Ik heb al eerder aangegeven onder welke omstandigheden Strauss Duitsland verliet. De weerslag van deze omstandigheden op zijn filosofie zijn dan ook evident: "[...]Het moderne project (modernisme) vertoont structurele tekortkomingen, die uiteindelijk hebben geleid tot een diepe crisis. De meest in het oog springende symptomen van deze crisis zijn relativisme en nihilisme - een cultuur van 'anything goes' waaruit de klassieke, fundamentele vraag naar het "goede" leven is verdreven door vermaak en spektakel", aldus Strauss.
Juist in het land dat Strauss voor zichzelf als bolwerk van het liberalisme had beschouwd, zagen enkele van zijn studenten een groot gevaar in wat zij als ongewenst uitvloeisel van deze American Dream beschouwden: cultuurrelativisme en historicisme - de meest bekende onder hen is de in 1992 overleden Allan Bloom, bekend van zijn boek
The Closing of the American Mind. (en waar Ryan3 in zijn OP ook reeds aan refereert) De meest opmerkelijke accentverschuiving die zich t.a.v. Strauss' filosofie lijkt te voltrekken is het gegeven dat Strauss zijn filosofie vooral als
diagnostiek bedoeld terwijl sommigen van zijn nazaten het als een
therapie ' dwingend voorschrijven'.
Strauss zelf was zeer terughoudend om aan zijn werk politieke consequenties te verbinden. Hij stond bijvoorbeeld uitermate kritisch tegenover een politiek 'decisionisme' - waarbij het belangrijker is dát er een beslissing wordt genomen dan dat er een goede of juiste beslissing wordt genomen - een houding die hij Nietzsche en Heidegger
ten onrechte aanwreef.
Terug naar het neoconservatisme: Het moment tussen diagnose en therapie is moeilijk te achterhalen. Ongetwijfeld speelt A. Bloom hierin een vooraanstaande rol. Bloom was Wolfowtiz' mentor, en vond in hem een gedachtig toehoorder voor zijn analyse van het Amerikaans cultuurelativisme - dat volgens Wolfowitz leidt tot een gevaarlijke intellectuele vervlakking en cultuuranalfabetisme onder studenten. Daartegenover stelt Bloom een 'academisch' ideaal van moreel leiderschap, geïnspireerd door de klassieke werken. Universiteiten, kortom, moeten niet hun elitaire taak verspelen aan een modernistische gelijkheidsgedachte.

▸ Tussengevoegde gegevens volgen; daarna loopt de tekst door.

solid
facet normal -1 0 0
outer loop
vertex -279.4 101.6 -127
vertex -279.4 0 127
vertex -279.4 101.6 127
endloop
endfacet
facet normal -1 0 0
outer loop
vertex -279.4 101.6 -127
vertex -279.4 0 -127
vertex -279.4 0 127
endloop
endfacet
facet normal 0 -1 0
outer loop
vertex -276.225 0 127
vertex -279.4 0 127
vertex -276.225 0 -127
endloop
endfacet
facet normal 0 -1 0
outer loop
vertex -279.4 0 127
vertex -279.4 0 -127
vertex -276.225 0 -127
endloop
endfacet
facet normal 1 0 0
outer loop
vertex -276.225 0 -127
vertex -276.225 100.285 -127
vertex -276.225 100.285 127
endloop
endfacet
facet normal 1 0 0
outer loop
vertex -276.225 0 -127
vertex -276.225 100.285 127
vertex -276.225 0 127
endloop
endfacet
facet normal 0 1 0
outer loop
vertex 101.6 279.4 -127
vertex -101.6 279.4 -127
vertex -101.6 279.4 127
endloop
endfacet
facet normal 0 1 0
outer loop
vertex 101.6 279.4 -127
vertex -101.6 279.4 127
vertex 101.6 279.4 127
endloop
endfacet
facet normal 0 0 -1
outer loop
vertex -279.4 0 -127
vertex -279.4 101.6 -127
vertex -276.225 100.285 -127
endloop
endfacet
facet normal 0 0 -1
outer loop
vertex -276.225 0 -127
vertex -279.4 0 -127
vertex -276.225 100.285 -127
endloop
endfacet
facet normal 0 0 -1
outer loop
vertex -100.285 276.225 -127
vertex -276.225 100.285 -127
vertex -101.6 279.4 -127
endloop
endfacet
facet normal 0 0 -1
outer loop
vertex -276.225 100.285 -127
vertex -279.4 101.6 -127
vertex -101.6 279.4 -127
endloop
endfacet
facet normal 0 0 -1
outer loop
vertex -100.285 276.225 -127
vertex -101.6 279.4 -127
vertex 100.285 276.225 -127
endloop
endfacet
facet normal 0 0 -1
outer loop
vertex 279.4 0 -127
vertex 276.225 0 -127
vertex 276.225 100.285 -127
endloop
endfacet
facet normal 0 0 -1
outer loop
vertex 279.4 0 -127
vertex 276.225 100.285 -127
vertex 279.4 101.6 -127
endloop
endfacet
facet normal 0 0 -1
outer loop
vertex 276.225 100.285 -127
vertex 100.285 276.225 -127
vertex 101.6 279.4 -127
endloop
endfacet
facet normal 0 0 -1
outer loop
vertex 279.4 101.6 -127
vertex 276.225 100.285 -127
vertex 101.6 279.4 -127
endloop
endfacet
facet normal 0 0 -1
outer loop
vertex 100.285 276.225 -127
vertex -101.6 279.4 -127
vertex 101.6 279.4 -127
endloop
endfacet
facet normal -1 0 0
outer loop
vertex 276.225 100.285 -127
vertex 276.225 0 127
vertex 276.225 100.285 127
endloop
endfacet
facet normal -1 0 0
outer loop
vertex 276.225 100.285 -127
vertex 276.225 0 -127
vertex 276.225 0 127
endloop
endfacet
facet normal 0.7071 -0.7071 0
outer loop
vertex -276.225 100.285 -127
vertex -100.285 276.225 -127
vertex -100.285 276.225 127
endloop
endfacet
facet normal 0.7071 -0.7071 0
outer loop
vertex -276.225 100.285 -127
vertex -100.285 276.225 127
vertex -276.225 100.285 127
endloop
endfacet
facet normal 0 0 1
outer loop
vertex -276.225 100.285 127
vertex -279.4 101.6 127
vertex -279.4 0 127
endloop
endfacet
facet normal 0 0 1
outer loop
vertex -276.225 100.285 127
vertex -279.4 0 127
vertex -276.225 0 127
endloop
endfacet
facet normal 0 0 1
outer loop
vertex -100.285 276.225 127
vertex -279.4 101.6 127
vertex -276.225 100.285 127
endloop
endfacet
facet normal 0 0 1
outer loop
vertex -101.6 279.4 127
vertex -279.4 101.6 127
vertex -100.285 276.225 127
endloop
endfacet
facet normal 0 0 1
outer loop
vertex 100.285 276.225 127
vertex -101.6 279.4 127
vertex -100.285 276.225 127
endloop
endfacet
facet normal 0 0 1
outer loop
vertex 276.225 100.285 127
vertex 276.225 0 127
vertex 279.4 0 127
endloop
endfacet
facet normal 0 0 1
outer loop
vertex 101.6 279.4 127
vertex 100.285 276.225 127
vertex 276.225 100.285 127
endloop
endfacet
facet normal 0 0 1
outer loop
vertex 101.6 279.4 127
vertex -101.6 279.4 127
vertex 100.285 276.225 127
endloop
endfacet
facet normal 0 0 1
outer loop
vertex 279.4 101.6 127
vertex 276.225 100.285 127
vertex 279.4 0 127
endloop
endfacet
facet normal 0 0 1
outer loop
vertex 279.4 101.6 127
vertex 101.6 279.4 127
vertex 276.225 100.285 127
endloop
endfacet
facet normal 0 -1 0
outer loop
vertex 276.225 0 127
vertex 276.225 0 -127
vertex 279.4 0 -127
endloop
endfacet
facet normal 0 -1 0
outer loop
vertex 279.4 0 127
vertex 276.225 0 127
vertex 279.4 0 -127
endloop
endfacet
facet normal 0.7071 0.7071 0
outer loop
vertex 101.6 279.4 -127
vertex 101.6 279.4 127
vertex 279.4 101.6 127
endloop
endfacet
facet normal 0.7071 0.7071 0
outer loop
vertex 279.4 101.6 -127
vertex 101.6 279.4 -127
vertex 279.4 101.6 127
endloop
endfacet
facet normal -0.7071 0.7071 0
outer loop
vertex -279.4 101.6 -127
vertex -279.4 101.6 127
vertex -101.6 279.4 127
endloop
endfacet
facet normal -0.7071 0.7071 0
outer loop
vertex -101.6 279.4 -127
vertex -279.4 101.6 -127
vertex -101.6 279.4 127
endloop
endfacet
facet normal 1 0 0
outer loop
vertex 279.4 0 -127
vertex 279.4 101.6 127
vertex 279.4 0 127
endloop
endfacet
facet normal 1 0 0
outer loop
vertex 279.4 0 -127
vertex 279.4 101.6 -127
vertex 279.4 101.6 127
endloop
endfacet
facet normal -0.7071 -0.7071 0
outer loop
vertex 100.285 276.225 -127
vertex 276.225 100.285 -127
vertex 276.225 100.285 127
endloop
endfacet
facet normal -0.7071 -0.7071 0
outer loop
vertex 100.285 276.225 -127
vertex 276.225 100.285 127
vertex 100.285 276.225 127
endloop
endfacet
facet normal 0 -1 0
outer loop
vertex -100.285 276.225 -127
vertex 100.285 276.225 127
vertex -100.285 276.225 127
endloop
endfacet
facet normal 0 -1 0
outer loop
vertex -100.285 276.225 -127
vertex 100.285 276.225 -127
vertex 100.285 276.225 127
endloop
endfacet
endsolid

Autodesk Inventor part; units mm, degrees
ref_plane "YZ Plane" through (0, 0, 0) normal (1, 0, 0) x (0, 1, 0)
ref_plane "XZ Plane" through (0, 0, 0) normal (0, 1, 0) x (-1, 0, 0)
ref_plane "XY Plane" through (0, 0, 0) normal (0, 0, 1) x (1, 0, 0)
sketch "Sketch1" plane through (0, 0, 0) normal (0, 0, 1) x (1, 0, 0)
  line L0 (-391.16, 0) -> (391.16, 0) projected
  line L1 (0, -55.88) -> (0, 335.28) projected
  line L2 (-101.6, 279.4) -> (101.6, 279.4)
  line L3 (101.6, 279.4) -> (279.4, 101.6)
  line L4 (279.4, 101.6) -> (279.4, 0)
  line L5 (279.4, 0) -> (-279.4, 0) construction
  line L6 (-279.4, 0) -> (-279.4, 101.6)
  line L7 (-279.4, 101.6) -> (-101.6, 279.4)
  line L8 (-279.4, 101.6) -> (279.4, 101.6) construction
  line L9 (276.225, 100.2849) -> (100.2849, 276.225)
  line L10 (100.2849, 276.225) -> (-100.2849, 276.225)
  line L11 (-100.2849, 276.225) -> (-276.225, 100.2849)
  line L12 (-276.225, 100.2849) -> (-276.225, 0)
  line L13 (276.225, 0) -> (276.225, 100.2849)
  line L14 (-279.4, 0) -> (-276.225, 0)
  line L15 (276.225, 0) -> (279.4, 0)
  point P0 (0, 0)
  point P1 (-279.4, 50.8)
  point P2 (0, 0)
  point P3 (0, 279.4)
  dimension "d0" = 558.8
  dimension "d1" = 101.6
  dimension "d2" = 45
  dimension "d3" = 203.2
  dimension "d4" = 3.175
  dimension "d5" = 3.175
  dimension "d6" = 3.175
  dimension "d7" = 3.175
extrude "Extrusion1" add sketch "Sketch1" along normal mid plane 254 contours L6 L7 L2 L1 L10 L11 L12 L0 | L13 L9 L10 L1 L2 L3 L4 L0
equation "\"d5\" = d4"
equation "\"d6\" = d4"
equation "\"d7\" = d4"
properties part number "middle shell"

Wolfowitz, en dit is het scharnierpunt in de omslag naar de neoconservatieve stroming, heeft Blooms 'academische' cultuurkritiek omgezet in politieke dadendrang. Met deze accentverschuiving ontvouwt hij vervolgens een visie, waarin hij als taak voor de Verenigde Staten de rol van het 'moreel leiderschap' ziet weggelegd over een pluriforme, politiek diffuse, en potentieel gevaarlijke wereld? Je kunt stellen dat de neoconservatieve revolutie in de Verenigde Staten, geheel in de geest van Wolfowitz, het zwakke politieke mandaat van president Bush van een
daadkrachtige ideologie heeft voorzien.
Nu we bij de wortels van de neoconservatieve stamboom zijn aangekomen, moet de conclusie zijn dat het een wezenlijk ander houtsoort betreft dan de toppen. De Amerikaanse neoconservatieve beweging toont zich in zijn kritiek op het relativisme een volgeling van Strauss, echter de draconische
oplossing valt precies onder de cultuurkritiek op het modernisme van de joodse denker. Daar ligt dan ook het spanningsveld volgens Strauss: "Ze bedrijven moreel decisionisme, waarbij het belangrijker is dát er morele waarden zijn, dan dat het goede, doordachte beginselen zijn." (Hoe goed en doordacht ook, het dilemma is, dat dit soort waardeoordelen ook bij Strauss een subjectief wenskarakter blijven dragen.)
Als Strauss indirekt waarschuwt voor het gevaar dat dreigt wanneer we de vraag naar het goede 'wegmanipuleren' ten gunste van een nieuwe wereldorde, dan waarschuwt hij er tevens voor dat dit een illusie is, die ons wil doen geloven dat in deze nieuwe wereld alle problemen zijn opgelost. In zover kan ik zijn cultuurkritiek probleemloos onderschrijven. Echter zijn welhaast aangeboren angstvalligheid t.a.v. het decisionisme - Strauss zelf spreekt over '
The fever of decisionism' - kan ik geenszins met hem delen. Je kunt niet altijd langs de kant blijven staan en slechts toekijken, soms vergt een situatie dat knopen moeten worden doorgehakt.
ps. (Ryan3 schreef - donderdag 22 juli 2004 @ 13:39: Die site is uit de air gehaald blijkbaar.[i]) Misschien is de door mij genoemde website PNAC wel een aardig alternatief?:
http://www.newamericancentury.org/[ Bericht 0% gewijzigd door lucida op 22-07-2004 18:15:03 ]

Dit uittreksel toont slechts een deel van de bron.